WORK REQUIRED:
Lines from the top of the entries down to the line with "v 0 -35 -25" must be set down exactly as they stand, with both ends retained.

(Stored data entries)
----
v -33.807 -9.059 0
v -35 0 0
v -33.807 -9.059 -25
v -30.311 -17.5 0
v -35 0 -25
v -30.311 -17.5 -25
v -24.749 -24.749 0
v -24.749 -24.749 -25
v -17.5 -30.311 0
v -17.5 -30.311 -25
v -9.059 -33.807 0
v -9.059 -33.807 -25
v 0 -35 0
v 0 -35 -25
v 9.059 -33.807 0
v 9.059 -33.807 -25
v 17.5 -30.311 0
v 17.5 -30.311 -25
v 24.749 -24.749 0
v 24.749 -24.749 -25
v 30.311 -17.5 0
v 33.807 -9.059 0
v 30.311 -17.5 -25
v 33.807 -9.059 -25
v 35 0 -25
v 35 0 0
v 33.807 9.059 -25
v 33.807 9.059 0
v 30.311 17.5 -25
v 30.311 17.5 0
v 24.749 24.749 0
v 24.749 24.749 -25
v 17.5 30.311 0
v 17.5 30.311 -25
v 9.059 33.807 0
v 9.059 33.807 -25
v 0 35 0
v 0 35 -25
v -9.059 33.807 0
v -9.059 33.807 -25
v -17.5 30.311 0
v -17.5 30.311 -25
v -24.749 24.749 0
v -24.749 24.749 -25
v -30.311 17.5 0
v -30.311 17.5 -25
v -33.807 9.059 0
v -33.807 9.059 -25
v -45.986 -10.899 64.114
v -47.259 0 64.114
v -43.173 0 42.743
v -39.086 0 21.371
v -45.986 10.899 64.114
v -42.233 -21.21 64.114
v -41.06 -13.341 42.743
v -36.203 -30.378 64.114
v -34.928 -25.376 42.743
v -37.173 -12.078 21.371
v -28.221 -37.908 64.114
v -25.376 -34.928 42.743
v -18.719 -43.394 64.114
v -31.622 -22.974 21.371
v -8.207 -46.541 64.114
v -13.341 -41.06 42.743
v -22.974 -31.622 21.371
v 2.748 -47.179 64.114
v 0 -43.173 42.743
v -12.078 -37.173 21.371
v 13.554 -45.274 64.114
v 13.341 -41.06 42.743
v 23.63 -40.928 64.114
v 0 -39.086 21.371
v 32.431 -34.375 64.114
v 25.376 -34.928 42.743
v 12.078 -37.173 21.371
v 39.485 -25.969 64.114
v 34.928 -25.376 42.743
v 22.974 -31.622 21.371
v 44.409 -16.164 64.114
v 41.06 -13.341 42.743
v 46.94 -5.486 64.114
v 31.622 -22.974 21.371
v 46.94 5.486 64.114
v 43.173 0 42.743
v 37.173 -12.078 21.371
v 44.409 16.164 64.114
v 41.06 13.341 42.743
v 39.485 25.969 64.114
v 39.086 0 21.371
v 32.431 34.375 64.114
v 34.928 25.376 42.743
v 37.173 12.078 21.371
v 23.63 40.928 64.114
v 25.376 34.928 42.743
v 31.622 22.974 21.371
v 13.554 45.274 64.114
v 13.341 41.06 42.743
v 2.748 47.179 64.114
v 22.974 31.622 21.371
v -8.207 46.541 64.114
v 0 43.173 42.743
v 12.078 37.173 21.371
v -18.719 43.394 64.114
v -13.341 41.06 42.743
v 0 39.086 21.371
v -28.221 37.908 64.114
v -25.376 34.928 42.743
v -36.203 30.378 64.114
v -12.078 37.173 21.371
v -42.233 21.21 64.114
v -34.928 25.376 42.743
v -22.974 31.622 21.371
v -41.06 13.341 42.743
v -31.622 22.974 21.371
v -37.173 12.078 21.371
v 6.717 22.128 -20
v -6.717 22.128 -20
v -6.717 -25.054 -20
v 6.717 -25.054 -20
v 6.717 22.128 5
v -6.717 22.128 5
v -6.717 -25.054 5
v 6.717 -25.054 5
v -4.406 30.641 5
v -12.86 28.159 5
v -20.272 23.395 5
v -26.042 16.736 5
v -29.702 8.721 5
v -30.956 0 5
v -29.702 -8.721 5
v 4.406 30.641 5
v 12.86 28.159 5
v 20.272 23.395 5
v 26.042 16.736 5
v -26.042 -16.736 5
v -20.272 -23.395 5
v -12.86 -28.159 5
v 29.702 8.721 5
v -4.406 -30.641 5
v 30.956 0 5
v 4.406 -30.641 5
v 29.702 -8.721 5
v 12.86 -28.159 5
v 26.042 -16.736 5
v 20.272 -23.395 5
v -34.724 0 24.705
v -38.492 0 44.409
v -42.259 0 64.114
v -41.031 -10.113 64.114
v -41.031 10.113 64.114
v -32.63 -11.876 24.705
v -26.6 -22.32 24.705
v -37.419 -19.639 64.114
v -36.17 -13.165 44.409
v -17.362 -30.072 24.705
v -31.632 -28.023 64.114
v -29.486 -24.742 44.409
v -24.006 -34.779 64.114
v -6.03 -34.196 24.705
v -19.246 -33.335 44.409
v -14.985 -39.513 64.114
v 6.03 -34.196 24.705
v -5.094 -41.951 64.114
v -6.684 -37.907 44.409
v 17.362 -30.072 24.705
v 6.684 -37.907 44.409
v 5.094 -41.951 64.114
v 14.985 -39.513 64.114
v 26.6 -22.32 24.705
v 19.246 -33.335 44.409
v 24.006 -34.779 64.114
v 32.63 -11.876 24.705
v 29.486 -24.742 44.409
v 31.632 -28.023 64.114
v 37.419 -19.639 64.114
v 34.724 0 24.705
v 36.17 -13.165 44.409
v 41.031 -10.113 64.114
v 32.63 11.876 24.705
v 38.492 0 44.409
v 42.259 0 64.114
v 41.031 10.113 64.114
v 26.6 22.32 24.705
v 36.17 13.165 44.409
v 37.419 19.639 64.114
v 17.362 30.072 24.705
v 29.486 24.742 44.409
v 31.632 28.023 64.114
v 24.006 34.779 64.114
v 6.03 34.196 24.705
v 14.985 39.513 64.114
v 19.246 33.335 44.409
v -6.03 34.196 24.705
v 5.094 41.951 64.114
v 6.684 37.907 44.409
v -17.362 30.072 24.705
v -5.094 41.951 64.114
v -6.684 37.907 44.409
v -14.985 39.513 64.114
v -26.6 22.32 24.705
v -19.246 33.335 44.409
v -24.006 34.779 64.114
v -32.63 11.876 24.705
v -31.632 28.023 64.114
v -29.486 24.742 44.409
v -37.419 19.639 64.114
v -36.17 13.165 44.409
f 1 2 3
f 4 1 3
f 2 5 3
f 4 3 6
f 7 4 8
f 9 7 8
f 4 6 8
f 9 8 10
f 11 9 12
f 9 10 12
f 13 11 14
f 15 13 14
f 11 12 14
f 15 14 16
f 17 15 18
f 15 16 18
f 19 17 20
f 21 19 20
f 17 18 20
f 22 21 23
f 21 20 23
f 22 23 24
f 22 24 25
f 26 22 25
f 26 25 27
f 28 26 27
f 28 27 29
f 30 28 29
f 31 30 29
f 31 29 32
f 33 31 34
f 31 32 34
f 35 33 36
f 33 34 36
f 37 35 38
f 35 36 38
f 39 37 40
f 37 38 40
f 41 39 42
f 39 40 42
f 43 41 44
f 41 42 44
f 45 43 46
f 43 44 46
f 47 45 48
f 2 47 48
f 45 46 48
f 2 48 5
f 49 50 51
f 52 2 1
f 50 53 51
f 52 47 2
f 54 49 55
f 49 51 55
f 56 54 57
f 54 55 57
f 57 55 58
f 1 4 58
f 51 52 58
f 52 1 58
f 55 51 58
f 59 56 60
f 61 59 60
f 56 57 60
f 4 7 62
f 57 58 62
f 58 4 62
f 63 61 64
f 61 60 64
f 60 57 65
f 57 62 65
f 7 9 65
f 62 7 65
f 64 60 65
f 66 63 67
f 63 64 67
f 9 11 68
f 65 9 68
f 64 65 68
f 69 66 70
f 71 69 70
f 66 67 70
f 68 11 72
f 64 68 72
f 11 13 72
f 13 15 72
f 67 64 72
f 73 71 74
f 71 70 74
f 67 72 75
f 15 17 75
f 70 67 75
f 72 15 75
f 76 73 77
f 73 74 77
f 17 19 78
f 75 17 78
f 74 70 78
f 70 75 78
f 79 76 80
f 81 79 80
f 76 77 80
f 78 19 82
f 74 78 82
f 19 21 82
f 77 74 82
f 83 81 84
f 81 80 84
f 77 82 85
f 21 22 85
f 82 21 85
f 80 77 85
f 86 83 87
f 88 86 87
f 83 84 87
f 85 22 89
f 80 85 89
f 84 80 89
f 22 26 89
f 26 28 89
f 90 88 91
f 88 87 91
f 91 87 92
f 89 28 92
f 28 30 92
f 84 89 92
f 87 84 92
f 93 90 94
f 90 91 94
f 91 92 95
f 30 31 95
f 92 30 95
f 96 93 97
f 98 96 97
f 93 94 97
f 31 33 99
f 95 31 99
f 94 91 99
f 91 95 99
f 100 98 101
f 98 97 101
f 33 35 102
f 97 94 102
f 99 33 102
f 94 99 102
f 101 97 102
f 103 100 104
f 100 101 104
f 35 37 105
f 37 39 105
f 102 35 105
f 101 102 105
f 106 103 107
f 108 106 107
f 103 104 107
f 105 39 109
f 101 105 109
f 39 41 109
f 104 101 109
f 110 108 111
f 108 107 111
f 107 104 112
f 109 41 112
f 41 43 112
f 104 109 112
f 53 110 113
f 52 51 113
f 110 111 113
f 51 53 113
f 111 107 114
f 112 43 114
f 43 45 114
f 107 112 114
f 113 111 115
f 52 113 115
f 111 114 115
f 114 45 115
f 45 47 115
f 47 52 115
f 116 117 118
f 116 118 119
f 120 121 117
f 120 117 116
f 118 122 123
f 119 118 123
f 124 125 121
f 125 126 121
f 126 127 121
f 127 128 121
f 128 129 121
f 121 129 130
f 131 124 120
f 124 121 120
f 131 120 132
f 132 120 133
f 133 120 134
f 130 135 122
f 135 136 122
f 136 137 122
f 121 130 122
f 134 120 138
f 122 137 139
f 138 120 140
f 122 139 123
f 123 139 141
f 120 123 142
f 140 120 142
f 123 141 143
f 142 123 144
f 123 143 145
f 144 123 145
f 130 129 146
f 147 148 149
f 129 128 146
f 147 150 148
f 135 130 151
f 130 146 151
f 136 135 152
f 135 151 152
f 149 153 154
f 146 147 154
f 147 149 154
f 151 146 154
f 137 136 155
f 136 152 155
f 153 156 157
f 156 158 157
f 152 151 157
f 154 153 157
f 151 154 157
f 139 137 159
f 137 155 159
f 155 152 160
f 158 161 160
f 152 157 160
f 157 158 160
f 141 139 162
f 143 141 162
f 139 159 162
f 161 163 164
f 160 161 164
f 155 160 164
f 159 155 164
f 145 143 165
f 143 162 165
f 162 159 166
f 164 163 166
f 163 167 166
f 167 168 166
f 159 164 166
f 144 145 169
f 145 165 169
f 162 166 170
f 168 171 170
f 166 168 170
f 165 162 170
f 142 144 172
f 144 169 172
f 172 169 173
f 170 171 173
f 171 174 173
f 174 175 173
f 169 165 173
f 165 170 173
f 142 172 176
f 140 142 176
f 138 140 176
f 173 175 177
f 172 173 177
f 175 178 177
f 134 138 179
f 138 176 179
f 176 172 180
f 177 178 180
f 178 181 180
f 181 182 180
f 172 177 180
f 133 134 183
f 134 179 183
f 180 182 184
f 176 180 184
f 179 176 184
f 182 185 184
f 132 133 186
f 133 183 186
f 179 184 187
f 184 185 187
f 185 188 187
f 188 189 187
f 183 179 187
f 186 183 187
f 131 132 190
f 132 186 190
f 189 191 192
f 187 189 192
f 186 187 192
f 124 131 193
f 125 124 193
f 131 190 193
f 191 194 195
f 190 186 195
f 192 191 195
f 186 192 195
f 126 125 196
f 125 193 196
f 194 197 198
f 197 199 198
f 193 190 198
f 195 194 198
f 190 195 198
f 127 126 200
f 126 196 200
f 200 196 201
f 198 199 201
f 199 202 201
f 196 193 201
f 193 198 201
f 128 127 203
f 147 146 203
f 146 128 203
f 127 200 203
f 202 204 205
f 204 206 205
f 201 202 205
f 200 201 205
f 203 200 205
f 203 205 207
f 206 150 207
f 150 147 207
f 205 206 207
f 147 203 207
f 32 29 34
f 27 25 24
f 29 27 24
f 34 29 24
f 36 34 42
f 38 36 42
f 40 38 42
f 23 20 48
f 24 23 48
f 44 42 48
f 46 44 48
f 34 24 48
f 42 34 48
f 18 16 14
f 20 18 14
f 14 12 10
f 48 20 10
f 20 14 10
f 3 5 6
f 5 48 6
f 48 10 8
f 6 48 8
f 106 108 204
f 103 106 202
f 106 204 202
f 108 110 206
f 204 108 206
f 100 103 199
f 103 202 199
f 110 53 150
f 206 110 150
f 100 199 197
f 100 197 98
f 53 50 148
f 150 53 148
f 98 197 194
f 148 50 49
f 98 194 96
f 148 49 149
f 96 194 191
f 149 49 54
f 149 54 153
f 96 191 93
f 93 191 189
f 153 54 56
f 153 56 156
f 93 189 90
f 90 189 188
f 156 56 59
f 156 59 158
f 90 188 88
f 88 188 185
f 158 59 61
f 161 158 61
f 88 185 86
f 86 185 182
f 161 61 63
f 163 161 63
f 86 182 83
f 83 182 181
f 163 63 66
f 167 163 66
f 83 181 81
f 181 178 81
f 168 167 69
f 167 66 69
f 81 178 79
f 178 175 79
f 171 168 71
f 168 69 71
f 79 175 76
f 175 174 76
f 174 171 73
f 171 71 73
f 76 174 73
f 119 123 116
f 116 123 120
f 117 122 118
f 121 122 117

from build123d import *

# Parameters (mm, degrees)
F2_W     = 13.43354
F2_H     = 47.182618
F3_DEPTH = 25


with BuildPart() as f1:
    # F0 (on Front) → F1 (revolve)
    with BuildSketch(Plane.XZ):
        Polygon((-42.259444, 64.114208), (-47.259444, 64.114208), (-35, 0), (-35, -25), (0, -25), (0, 0), (0, 5), (-30.956063, 5), align=None)
    revolve(axis=Axis((0, 0, -12.5), (0, 0, 1)))

    # F2 (on face) → F3 (cut)
    with BuildSketch(Plane.XY.offset(5)):
        with Locations((0, -1.463118)):
            Rectangle(F2_W, F2_H)
    extrude(amount=-F3_DEPTH, mode=Mode.SUBTRACT)


solid = f1.part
----
SOLUTION FOR THIS EXERCISE:
v -33.807 -9.059 0
v -35 0 0
v -33.807 -9.059 -25
v -30.311 -17.5 0
v -35 0 -25
v -30.311 -17.5 -25
v -24.749 -24.749 0
v -24.749 -24.749 -25
v -17.5 -30.311 0
v -17.5 -30.311 -25
v -9.059 -33.807 0
v -9.059 -33.807 -25
v 0 -35 0
v 0 -35 -25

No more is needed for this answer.